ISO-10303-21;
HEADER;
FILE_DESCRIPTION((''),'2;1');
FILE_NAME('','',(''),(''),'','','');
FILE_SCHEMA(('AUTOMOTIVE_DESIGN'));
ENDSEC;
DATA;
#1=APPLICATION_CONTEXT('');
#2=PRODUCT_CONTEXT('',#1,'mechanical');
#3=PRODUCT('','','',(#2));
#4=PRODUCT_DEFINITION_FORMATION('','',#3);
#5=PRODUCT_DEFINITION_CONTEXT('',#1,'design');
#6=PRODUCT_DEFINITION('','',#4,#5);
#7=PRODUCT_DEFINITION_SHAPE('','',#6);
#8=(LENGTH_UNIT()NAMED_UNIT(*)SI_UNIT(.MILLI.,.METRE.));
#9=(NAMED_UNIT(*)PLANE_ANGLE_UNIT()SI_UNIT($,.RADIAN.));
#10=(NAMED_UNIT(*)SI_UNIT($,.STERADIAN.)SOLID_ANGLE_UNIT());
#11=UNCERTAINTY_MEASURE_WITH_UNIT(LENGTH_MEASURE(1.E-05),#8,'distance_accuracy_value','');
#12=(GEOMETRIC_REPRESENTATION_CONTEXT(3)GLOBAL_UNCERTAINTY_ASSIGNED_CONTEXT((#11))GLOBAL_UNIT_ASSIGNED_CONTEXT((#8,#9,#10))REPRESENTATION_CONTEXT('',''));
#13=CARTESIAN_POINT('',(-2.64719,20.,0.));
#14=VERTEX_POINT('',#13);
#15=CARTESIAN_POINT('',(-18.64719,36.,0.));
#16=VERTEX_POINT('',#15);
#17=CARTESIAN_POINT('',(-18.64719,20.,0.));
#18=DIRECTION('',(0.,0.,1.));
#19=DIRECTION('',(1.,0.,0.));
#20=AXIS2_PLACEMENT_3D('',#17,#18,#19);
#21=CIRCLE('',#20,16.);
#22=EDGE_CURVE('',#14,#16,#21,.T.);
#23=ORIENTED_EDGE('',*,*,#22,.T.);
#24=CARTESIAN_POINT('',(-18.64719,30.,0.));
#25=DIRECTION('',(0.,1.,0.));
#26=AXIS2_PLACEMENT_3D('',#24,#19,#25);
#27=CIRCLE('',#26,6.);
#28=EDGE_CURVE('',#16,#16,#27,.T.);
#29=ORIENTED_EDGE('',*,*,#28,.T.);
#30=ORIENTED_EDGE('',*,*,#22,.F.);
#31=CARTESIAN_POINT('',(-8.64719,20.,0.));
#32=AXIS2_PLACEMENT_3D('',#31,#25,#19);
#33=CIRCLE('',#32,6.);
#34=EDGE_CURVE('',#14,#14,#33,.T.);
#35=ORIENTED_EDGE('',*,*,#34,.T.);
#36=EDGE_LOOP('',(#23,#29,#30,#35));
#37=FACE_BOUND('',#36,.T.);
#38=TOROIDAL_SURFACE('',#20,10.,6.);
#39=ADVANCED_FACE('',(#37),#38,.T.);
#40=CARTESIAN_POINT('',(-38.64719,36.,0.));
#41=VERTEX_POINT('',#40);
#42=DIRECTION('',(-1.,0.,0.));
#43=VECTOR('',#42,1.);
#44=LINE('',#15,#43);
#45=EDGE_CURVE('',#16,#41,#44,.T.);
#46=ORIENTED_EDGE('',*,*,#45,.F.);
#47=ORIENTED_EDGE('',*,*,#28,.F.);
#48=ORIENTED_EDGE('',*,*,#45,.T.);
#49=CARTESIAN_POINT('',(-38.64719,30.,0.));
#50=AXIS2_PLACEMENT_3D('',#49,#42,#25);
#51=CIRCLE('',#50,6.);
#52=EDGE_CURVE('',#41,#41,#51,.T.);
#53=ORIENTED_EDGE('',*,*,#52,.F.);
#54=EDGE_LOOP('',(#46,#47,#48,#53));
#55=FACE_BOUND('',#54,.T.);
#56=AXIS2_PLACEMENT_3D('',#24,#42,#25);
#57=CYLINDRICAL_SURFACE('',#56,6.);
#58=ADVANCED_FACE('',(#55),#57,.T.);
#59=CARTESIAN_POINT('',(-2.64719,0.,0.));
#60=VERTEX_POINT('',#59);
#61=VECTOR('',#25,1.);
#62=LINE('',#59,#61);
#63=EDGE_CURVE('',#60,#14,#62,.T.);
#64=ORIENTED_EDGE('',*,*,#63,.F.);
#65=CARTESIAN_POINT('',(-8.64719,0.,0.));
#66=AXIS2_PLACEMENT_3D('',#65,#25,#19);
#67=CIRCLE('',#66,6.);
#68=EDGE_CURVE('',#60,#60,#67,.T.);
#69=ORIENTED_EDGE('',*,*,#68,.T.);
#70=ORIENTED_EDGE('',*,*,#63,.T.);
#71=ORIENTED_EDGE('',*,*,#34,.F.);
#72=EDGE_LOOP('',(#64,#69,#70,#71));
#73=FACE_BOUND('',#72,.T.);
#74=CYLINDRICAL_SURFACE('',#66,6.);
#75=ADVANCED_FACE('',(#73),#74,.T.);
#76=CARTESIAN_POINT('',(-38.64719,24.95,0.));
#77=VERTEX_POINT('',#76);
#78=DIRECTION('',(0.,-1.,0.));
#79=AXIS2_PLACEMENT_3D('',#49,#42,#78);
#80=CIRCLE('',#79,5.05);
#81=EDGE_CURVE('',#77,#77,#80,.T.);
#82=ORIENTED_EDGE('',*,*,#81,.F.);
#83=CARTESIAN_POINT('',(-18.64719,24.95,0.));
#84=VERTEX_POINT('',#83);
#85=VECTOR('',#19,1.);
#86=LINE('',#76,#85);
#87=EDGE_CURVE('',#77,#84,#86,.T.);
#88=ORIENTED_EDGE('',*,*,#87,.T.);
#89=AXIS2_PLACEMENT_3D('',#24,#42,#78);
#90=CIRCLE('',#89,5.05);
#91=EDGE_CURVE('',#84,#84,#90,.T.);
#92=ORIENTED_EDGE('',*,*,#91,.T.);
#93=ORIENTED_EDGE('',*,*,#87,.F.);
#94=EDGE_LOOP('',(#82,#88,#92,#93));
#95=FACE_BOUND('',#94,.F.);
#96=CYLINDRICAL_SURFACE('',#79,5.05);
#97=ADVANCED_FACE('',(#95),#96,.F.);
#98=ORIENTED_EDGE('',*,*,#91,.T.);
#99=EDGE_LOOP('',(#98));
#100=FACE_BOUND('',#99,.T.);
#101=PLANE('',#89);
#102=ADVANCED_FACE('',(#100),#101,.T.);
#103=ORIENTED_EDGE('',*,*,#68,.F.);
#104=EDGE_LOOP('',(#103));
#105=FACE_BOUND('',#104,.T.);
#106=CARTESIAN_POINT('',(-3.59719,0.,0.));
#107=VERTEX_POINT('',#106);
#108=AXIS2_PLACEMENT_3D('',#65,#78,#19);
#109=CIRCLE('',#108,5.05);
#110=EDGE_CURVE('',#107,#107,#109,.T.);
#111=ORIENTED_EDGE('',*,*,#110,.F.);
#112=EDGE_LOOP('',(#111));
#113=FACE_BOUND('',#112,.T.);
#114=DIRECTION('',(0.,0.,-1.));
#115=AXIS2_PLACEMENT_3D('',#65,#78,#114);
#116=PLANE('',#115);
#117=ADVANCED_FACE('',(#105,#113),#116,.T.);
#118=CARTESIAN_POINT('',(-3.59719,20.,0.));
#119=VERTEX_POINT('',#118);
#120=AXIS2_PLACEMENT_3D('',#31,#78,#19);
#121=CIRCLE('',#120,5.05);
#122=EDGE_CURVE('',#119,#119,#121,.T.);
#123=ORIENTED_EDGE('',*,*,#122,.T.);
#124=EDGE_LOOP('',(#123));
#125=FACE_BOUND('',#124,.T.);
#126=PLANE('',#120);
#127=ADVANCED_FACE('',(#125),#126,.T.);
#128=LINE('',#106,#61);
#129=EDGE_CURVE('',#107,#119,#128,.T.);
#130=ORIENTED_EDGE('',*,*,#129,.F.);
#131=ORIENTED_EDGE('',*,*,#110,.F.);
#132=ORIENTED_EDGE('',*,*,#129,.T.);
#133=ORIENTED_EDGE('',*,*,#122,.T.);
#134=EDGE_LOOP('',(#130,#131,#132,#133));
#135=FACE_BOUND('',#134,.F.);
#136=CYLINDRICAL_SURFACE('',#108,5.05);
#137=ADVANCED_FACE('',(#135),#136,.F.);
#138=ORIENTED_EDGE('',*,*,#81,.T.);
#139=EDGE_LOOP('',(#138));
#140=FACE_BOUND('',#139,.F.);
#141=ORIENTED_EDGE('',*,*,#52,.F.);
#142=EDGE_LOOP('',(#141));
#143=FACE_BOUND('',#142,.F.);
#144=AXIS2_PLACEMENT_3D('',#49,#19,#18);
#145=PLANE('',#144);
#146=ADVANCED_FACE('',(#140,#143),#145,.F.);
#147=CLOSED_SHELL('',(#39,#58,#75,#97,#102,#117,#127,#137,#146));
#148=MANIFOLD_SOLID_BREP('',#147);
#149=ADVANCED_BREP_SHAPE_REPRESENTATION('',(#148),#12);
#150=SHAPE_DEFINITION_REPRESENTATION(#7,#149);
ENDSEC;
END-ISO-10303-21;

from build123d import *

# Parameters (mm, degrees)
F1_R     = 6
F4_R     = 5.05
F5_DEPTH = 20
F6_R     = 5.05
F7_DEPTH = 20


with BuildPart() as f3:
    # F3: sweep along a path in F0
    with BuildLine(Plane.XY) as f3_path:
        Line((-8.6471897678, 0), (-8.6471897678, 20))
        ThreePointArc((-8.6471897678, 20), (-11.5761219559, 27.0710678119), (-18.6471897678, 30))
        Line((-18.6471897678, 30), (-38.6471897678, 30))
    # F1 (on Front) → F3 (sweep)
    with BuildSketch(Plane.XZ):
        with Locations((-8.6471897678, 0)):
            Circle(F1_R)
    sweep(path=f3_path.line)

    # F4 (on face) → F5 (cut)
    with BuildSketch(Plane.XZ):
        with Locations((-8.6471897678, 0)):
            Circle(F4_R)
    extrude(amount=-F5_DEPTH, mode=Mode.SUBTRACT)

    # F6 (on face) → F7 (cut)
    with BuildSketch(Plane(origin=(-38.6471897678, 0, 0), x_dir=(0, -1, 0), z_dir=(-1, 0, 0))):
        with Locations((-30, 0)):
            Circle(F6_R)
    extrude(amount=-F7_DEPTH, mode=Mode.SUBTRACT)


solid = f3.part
_ _ _ _ _ _ _
- _REQUIRED WORK_
Copy out each line of the data above, exactly, if it lies between the line holding "#135=FACE_BOUND('',#134,.F.);" and the line holding "#149=ADVANCED_BREP_SHAPE_REPRESENTATION('',(#148),#12);", inclusive; copy no other line.

- _TASK OUTPUT_
#135=FACE_BOUND('',#134,.F.);
#136=CYLINDRICAL_SURFACE('',#108,5.05);
#137=ADVANCED_FACE('',(#135),#136,.F.);
#138=ORIENTED_EDGE('',*,*,#81,.T.);
#139=EDGE_LOOP('',(#138));
#140=FACE_BOUND('',#139,.F.);
#141=ORIENTED_EDGE('',*,*,#52,.F.);
#142=EDGE_LOOP('',(#141));
#143=FACE_BOUND('',#142,.F.);
#144=AXIS2_PLACEMENT_3D('',#49,#19,#18);
#145=PLANE('',#144);
#146=ADVANCED_FACE('',(#140,#143),#145,.F.);
#147=CLOSED_SHELL('',(#39,#58,#75,#97,#102,#117,#127,#137,#146));
#148=MANIFOLD_SOLID_BREP('',#147);
#149=ADVANCED_BREP_SHAPE_REPRESENTATION('',(#148),#12);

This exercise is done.